Tadi Jimin dan Jungkook mengantar Hanbyul dan Taehyung ke rumahnya. Setelah membantu menidurkan Taehyung di kamar, Jimin dan Jungkook menunggu Hanbyul di ruang tamu. Ada beberapa pertanyaan yang ingin diajukan Jimin pada mereka. Dan betapa terkejutnya Jimin ketika mengetahui fakta bahwa Hanbyul adalah kembaran Taehyung juga wanita yang akan dijodohkan dengan Jungkook.
"Astaga! Kupikir selama ini kau adalah wanita yang akan dijodohkan dengan Taehyung." Jimin menutup wajahnya frustasi, kemudian menyugar rambutnya ke belakang. "Maafkan aku karena telah berpikiran buruk tentang kalian. Tapi Eunsoo... apakah dia sudah tahu tentang semua ini?" tanya Jimin, serius memikirkan nasib kawannya.
"Eung." Hanbyul mengangguk, "aku memberitahunya setelah Taehyung mengatakan siapa Eunsoo. Aku bahkan sudah memintanya agar tetap tinggal sehingga mereka berdua bisa mencari jalan keluar bersama. Tapi sepertinya Eunsoo memiliki pemikiran lain."
Ucapan Hanbyul membuat Jimin sedikit heran. Jika Eunsoo sudah tahu siapa Hanbyul, seharusnya semuanya tidak seperti ini. dan melihat Hanbyul yang memberi dukungan pada hubungannya dengan Taehyung, seharusnya Eunsoo tetap bertahan. Kenapa Eunsoo tidak mengatakan apapun padanya saat dia tahu semua ini?
"Lalu... bagaimana dengan kalian?" Jungkook angkat bicara. Ia meletakkan kaleng Colanya, kemudian memandang Jimin dan Hanbyul bergantian. "Hanya aku disini yang tidak tahu bagaimana hubungan kalian."
"Ah, i-itu..." Jimin merasa gugup. Jika mengingat bagaimana pertemuannya dnegan Hanbyul pasti akan terdengar memalukan. Apalagi sekarang Jimin tahu jika Hanbyul adalah calon istri temannya. "Hanbyul me-menolongku saat aku ma—"
"Hampir kecelakaan." Sela Hanbyul. "Malam itu aku bertemu Jimin saat dia mabuk, dan hampir tertabrak mobilku. Lalu aku membawanya kemari. Dan kami pernah bertemu beberapa kali di rumah sakit."
"Tunggu. Itu artinya kau pernah kemari sebelumnya, Jim?"
"Y-ya.. jangan marah, Jung. Aku bahkan baru tahu jika Hanbyul yang menolongku beberapa hari kemudian saat bertemu dengannya di rumah sakit," ujar Jimin. Mencoba menjelaskan pada Jungkook yang menatapnya tidak terima.

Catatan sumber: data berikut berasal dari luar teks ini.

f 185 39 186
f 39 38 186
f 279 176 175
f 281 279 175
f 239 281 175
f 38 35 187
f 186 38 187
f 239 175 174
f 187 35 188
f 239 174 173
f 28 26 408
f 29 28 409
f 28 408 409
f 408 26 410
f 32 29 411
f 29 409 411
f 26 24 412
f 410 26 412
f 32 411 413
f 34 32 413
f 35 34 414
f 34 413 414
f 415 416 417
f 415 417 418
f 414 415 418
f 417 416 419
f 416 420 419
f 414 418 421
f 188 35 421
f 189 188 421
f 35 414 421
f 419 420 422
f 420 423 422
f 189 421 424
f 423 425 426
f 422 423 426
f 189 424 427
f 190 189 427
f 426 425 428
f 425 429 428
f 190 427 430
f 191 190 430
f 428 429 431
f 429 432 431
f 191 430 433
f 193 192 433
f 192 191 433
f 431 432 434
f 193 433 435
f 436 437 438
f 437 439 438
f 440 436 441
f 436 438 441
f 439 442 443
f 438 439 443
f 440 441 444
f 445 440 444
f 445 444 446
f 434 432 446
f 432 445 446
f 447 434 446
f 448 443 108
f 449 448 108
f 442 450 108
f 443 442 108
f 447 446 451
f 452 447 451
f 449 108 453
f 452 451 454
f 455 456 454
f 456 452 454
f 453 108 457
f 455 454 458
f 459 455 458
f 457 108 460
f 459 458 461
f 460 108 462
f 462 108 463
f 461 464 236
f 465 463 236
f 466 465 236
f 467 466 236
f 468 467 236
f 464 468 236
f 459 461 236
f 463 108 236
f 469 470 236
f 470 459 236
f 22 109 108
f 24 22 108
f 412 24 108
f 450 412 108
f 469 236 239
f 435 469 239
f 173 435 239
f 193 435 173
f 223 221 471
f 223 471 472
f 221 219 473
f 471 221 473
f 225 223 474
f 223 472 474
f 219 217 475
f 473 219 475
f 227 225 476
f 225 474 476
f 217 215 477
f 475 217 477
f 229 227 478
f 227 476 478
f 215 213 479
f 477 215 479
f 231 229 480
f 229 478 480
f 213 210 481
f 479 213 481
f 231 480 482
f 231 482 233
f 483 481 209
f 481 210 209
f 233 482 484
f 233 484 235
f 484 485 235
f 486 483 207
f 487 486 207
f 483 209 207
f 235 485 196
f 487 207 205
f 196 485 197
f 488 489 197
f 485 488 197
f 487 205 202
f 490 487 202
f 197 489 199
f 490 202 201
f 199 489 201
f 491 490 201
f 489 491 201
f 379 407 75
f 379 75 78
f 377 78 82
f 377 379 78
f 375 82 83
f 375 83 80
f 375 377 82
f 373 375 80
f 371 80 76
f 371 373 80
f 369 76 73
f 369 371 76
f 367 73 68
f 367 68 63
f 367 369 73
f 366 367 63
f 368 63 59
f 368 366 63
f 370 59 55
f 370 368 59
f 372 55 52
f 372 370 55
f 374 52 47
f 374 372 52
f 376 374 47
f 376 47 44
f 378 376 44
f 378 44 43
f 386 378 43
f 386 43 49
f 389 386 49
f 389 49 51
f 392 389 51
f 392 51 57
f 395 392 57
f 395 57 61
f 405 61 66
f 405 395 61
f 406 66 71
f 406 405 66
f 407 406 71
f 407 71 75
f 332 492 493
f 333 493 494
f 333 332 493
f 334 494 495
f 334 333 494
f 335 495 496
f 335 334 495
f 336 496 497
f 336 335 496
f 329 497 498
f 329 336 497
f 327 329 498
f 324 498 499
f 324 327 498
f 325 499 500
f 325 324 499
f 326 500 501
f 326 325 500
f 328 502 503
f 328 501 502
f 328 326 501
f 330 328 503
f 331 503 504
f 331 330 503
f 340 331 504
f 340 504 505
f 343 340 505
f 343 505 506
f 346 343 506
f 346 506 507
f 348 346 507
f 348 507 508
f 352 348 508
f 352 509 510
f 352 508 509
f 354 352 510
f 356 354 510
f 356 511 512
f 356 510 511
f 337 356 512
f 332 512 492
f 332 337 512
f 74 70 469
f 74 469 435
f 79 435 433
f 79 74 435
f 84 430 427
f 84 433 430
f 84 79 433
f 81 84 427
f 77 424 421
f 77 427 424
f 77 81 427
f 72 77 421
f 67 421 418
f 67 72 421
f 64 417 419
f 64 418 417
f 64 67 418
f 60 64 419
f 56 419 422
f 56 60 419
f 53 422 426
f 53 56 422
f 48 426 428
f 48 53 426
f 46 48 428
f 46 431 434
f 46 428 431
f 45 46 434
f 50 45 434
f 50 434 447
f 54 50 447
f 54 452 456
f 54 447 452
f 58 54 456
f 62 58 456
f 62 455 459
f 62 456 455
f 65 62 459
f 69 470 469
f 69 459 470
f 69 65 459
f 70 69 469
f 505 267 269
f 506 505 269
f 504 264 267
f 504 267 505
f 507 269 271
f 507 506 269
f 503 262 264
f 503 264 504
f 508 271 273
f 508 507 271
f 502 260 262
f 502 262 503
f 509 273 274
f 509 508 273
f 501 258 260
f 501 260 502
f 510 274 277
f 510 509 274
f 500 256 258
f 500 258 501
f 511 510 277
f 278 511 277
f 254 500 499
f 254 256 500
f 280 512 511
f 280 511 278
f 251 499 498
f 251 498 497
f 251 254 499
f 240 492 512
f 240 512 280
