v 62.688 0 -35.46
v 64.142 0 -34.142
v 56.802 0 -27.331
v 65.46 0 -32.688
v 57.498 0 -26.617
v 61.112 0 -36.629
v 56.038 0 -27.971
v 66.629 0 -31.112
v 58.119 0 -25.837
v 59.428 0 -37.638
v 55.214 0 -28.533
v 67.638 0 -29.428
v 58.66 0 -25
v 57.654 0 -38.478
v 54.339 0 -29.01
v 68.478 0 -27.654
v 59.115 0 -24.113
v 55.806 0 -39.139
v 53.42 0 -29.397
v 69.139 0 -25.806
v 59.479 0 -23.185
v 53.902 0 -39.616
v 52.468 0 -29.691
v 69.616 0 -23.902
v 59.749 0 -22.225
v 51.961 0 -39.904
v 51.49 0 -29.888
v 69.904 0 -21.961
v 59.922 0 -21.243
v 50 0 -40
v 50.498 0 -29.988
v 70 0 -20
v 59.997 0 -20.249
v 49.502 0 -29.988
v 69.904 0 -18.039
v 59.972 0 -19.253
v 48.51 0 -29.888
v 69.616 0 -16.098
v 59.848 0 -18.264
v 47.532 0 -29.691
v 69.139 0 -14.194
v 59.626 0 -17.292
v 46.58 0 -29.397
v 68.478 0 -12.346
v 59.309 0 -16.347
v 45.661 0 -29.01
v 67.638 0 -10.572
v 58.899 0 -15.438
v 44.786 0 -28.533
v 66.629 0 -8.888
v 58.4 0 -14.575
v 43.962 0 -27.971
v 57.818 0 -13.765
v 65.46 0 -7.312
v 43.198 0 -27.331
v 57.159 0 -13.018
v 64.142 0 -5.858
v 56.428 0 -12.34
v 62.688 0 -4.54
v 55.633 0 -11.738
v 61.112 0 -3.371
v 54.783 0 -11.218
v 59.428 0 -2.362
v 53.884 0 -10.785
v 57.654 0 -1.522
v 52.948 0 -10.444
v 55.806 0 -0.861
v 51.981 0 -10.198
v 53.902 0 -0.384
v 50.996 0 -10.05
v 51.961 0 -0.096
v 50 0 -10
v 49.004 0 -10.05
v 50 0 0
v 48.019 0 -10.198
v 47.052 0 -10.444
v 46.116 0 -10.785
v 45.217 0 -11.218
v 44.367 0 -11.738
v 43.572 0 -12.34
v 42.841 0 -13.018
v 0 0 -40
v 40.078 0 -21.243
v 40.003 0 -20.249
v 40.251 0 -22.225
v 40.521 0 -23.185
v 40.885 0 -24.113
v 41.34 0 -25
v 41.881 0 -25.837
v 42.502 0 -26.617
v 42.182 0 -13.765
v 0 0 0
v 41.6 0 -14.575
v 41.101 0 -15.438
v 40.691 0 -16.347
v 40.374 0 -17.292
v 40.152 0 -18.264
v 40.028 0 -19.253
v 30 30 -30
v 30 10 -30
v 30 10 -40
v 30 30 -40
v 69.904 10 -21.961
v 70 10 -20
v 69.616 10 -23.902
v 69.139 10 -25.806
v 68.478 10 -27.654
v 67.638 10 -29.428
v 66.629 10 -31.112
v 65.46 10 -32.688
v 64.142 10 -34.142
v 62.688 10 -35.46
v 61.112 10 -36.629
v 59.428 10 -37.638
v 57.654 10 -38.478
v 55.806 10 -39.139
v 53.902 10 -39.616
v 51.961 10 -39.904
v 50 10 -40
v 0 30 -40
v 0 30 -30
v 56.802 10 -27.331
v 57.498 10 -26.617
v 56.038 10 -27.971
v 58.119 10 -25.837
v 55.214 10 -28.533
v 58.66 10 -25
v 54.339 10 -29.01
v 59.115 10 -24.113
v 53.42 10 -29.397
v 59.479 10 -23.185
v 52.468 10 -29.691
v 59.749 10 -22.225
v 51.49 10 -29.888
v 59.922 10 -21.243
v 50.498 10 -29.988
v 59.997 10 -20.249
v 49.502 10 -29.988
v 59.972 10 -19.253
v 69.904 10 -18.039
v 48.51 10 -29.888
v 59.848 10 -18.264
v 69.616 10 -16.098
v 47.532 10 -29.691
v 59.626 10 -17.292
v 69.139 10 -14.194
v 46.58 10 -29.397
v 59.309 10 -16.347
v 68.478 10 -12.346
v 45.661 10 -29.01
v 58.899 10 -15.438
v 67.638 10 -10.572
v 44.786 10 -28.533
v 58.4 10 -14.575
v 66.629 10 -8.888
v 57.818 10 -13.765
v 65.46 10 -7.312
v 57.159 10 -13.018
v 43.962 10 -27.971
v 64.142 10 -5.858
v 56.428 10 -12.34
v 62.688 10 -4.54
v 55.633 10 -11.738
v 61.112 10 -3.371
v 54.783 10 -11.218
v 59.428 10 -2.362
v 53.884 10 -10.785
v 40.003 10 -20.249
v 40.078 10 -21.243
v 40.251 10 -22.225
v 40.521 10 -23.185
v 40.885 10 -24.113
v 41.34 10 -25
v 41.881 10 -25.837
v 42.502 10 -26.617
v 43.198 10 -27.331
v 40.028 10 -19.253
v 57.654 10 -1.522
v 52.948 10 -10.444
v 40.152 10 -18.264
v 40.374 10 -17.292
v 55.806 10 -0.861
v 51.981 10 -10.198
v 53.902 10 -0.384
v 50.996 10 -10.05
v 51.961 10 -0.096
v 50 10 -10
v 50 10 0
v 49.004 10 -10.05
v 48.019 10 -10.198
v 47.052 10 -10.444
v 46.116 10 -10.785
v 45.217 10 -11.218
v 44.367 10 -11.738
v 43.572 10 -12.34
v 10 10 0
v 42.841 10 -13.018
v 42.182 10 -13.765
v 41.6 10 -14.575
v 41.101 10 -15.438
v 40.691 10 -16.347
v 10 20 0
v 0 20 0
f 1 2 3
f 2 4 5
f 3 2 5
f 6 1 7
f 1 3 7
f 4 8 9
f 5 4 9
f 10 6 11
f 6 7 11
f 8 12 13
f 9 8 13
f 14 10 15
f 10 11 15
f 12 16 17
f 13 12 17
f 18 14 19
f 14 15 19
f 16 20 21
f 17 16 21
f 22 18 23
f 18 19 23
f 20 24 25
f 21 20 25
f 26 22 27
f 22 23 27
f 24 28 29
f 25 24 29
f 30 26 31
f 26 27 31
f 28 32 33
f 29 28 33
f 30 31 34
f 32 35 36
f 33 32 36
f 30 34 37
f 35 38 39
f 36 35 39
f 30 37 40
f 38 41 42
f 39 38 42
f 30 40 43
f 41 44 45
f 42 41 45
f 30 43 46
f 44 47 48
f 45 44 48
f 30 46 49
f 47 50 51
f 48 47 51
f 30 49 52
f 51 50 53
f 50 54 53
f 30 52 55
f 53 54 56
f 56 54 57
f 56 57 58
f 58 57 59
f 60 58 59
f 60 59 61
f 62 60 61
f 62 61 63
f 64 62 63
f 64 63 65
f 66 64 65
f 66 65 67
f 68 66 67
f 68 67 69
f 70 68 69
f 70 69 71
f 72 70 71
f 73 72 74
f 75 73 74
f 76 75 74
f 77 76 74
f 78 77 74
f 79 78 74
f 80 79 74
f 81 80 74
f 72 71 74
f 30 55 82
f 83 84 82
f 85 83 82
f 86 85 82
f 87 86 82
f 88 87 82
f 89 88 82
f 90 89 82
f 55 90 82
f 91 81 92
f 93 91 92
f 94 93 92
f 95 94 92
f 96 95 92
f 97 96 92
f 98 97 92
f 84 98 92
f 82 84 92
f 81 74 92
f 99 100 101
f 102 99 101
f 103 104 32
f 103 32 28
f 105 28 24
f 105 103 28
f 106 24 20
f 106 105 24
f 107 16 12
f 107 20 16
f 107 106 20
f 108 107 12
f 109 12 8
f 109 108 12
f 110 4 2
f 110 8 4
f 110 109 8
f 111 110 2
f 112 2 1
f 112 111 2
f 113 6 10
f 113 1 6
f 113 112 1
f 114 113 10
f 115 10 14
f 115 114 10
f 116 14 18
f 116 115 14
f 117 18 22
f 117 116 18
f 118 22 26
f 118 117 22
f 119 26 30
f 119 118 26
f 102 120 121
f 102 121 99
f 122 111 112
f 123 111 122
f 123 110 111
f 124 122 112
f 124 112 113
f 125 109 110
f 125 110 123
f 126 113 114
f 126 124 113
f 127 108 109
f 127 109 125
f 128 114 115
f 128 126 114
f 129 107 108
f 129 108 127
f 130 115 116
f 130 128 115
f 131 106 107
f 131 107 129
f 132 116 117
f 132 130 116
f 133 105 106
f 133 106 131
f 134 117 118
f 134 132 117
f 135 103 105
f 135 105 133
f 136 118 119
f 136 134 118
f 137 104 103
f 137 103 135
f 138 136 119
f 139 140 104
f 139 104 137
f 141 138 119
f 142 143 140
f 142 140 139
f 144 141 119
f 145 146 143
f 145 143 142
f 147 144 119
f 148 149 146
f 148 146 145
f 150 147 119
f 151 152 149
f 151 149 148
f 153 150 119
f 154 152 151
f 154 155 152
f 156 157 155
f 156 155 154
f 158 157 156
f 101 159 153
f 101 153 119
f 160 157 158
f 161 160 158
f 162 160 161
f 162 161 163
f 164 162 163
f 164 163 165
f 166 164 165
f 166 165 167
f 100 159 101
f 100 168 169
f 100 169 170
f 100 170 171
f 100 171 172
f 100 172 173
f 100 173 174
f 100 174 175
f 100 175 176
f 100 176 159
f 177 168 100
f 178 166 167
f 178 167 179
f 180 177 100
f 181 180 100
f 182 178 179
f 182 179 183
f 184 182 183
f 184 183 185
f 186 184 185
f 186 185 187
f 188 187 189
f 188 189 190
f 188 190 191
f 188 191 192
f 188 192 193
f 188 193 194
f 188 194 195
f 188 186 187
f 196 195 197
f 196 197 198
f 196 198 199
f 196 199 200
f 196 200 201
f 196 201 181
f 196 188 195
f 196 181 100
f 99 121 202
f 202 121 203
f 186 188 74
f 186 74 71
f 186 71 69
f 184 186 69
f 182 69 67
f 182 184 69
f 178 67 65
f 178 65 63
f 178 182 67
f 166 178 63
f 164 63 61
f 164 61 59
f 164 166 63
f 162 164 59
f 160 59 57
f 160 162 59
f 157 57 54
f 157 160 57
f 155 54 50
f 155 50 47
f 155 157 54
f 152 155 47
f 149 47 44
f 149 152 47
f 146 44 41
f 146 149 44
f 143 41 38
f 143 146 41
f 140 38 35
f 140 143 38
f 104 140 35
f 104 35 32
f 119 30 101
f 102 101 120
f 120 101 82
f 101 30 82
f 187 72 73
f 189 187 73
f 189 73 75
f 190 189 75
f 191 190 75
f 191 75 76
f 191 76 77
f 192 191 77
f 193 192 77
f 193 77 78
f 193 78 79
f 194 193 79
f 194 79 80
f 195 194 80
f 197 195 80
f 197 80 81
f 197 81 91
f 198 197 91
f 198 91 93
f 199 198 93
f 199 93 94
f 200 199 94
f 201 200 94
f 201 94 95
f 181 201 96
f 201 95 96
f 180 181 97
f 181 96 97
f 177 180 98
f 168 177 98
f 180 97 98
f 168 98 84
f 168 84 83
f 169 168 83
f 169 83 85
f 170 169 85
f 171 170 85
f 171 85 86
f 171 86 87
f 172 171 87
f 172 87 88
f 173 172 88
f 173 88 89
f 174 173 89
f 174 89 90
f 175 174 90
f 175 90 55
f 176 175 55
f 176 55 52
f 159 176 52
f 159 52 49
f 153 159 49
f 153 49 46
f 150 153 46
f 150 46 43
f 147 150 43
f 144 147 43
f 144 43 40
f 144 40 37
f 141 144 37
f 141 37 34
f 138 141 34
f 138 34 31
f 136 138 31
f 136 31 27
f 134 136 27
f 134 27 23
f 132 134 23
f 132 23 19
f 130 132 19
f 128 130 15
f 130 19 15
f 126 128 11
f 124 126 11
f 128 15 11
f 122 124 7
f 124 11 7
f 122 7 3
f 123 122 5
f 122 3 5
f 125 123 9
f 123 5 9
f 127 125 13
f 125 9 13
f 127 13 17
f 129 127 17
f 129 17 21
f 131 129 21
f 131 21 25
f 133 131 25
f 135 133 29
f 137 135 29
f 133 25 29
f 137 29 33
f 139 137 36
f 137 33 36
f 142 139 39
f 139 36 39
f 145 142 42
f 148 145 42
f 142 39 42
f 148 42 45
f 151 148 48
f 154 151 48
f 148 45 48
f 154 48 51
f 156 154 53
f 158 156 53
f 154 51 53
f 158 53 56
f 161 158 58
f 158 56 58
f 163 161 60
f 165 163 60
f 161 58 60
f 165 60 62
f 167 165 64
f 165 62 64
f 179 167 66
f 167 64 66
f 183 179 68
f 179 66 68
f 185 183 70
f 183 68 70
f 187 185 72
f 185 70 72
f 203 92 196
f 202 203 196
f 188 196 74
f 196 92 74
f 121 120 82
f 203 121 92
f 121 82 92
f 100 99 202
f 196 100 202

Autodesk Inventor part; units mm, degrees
ref_plane "YZ Plane" through (0, 0, 0) normal (1, 0, 0) x (0, 1, 0)
ref_plane "XZ Plane" through (0, 0, 0) normal (0, 1, 0) x (-1, 0, 0)
ref_plane "XY Plane" through (0, 0, 0) normal (0, 0, 1) x (1, 0, 0)
sketch "草圖1" plane through (0, 0, 0) normal (0, 1, 0) x (-1, 0, 0)
  line L0 (0, 0) -> (-70, 0)
  line L1 (-70, 0) -> (-70, -40)
  line L2 (-70, -40) -> (0, -40)
  line L3 (0, -40) -> (0, 0)
  dimension "d0" = 40
  dimension "d1" = 70
extrude "擠出1" add sketch "草圖1" along normal blind 10
sketch "草圖2" plane through (0, 10, 0) normal (0, 1, 0) x (1, 0, 0)
  line L0 (0, 0) -> (70, 0) projected
  line L1 (70, 40) -> (0, 40) projected
  line L2 (0, 0) -> (30, 0)
  line L3 (30, 0) -> (30, 40)
  line L4 (30, 40) -> (0, 40)
  line L5 (0, 40) -> (0, 0)
  dimension "d4" = 30
extrude "擠出2" add sketch "草圖2" along normal blind 20
sketch "草圖3" plane through (0, 30, 0) normal (0, 1, 0) x (1, 0, 0)
  line L0 (30, 30) -> (10, 0)
  line L1 (0, 0) -> (70, 0) projected
  line L2 (30, 0) -> (30, 30)
  line L3 (30, 0) -> (30, 40) projected
  line L4 (30, 0) -> (10, 0)
  dimension "d7" = 20
  dimension "d8" = 30
extrude "擠出3" cut sketch "草圖3" against normal blind 20
sketch "草圖4" plane through (0, 0, -40) normal (-1, 0, 0) x (0, 0, 1)
  line L0 (-20, 30) -> (40, 30)
  line L1 (10, 30) -> (40, 20)
  line L2 (40, 0) -> (40, 30) projected
  dimension "d11" = 10
  dimension "d12" = 30
extrude "擠出4" cut sketch "草圖4" against normal through all
fillet "圓角1" radius 20 2 edges at (70, 5, 0) (70, 5, -40)
hole "孔1" at (50, 10, -20) direction (0, -1, 0) diameter 20 depth 10 tip angle 118
properties part number "27"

"Sepertinya aku harus segera pulang," Jimin melirik jam tangannya. "Besok aku ada jadwal pagi."
"Baiklah, sepertinya aku juga ha—"
"Tidak! Tidak!" Jimin mendorong Jungkook agar pria itu kembali duduk. "Sebaiknya kau tinggal, Kook." Sepertinya usulan Jimin tidak mendapat respon yang baik, nyatanya Jungkook kini malah memelototinya.
"Kalian akan menikah, kalian harus saling mengenal. Bukankah kau bilang tadi ingin lebih mengenal Hanbyul? Jika kau pulang sekarang, kau—"
"Yaish! Park Jimin!" gertak Jungkook. Tidak terima karena Jimin malah mengatakan hal seperti itu di hadapannya.
"Tidak apa-apa jika kau mau tinggal. Aku akan mengantarmu besok pagi," ucap Hanbyul yang tak disangka-sangka keduanya.
"Tapi..."
"Baiklah. Kalau begitu aku harus pulang. Sampai jumpa teman-teman!" Jimin melangkah keluar—sedikit tergesa karena tidak mau mengganggu—meninggalkan Hanbyul dan Jungkook. Bagi Jimin semuanya sudah jelas sekarang, hatinya merasa lega karena tidak perlu terus-terusan merasa kesal pada Taehyung ataupun Hanbyul.
Jungkook masih terdiam. Setelah Jimin pergi tadi rasanya semakin canggung berada di tempat ini. Apalagi hanya bersama dengan Hanbyul yang juga tidak bersuara. Keduanya hanya saling diam, kadang mencuru-curi pandang dan melengos saat kedua mata mereka bertemu.
Krrriiuukk!!
"Ah..." Jungkook menundukkan kepalanya, merasa malu. Meruntuki perutnya yang seenaknya berbunyi. Tapi tidak bisa berbohong, Jungkook memang merasa kelaparan. Ia bahkan meletakkan daging steak-nya di dalam mobil. Dan tadi saat kemari ia menumpang mobil Jimin karena lokasinya lebih mudah dijangkau.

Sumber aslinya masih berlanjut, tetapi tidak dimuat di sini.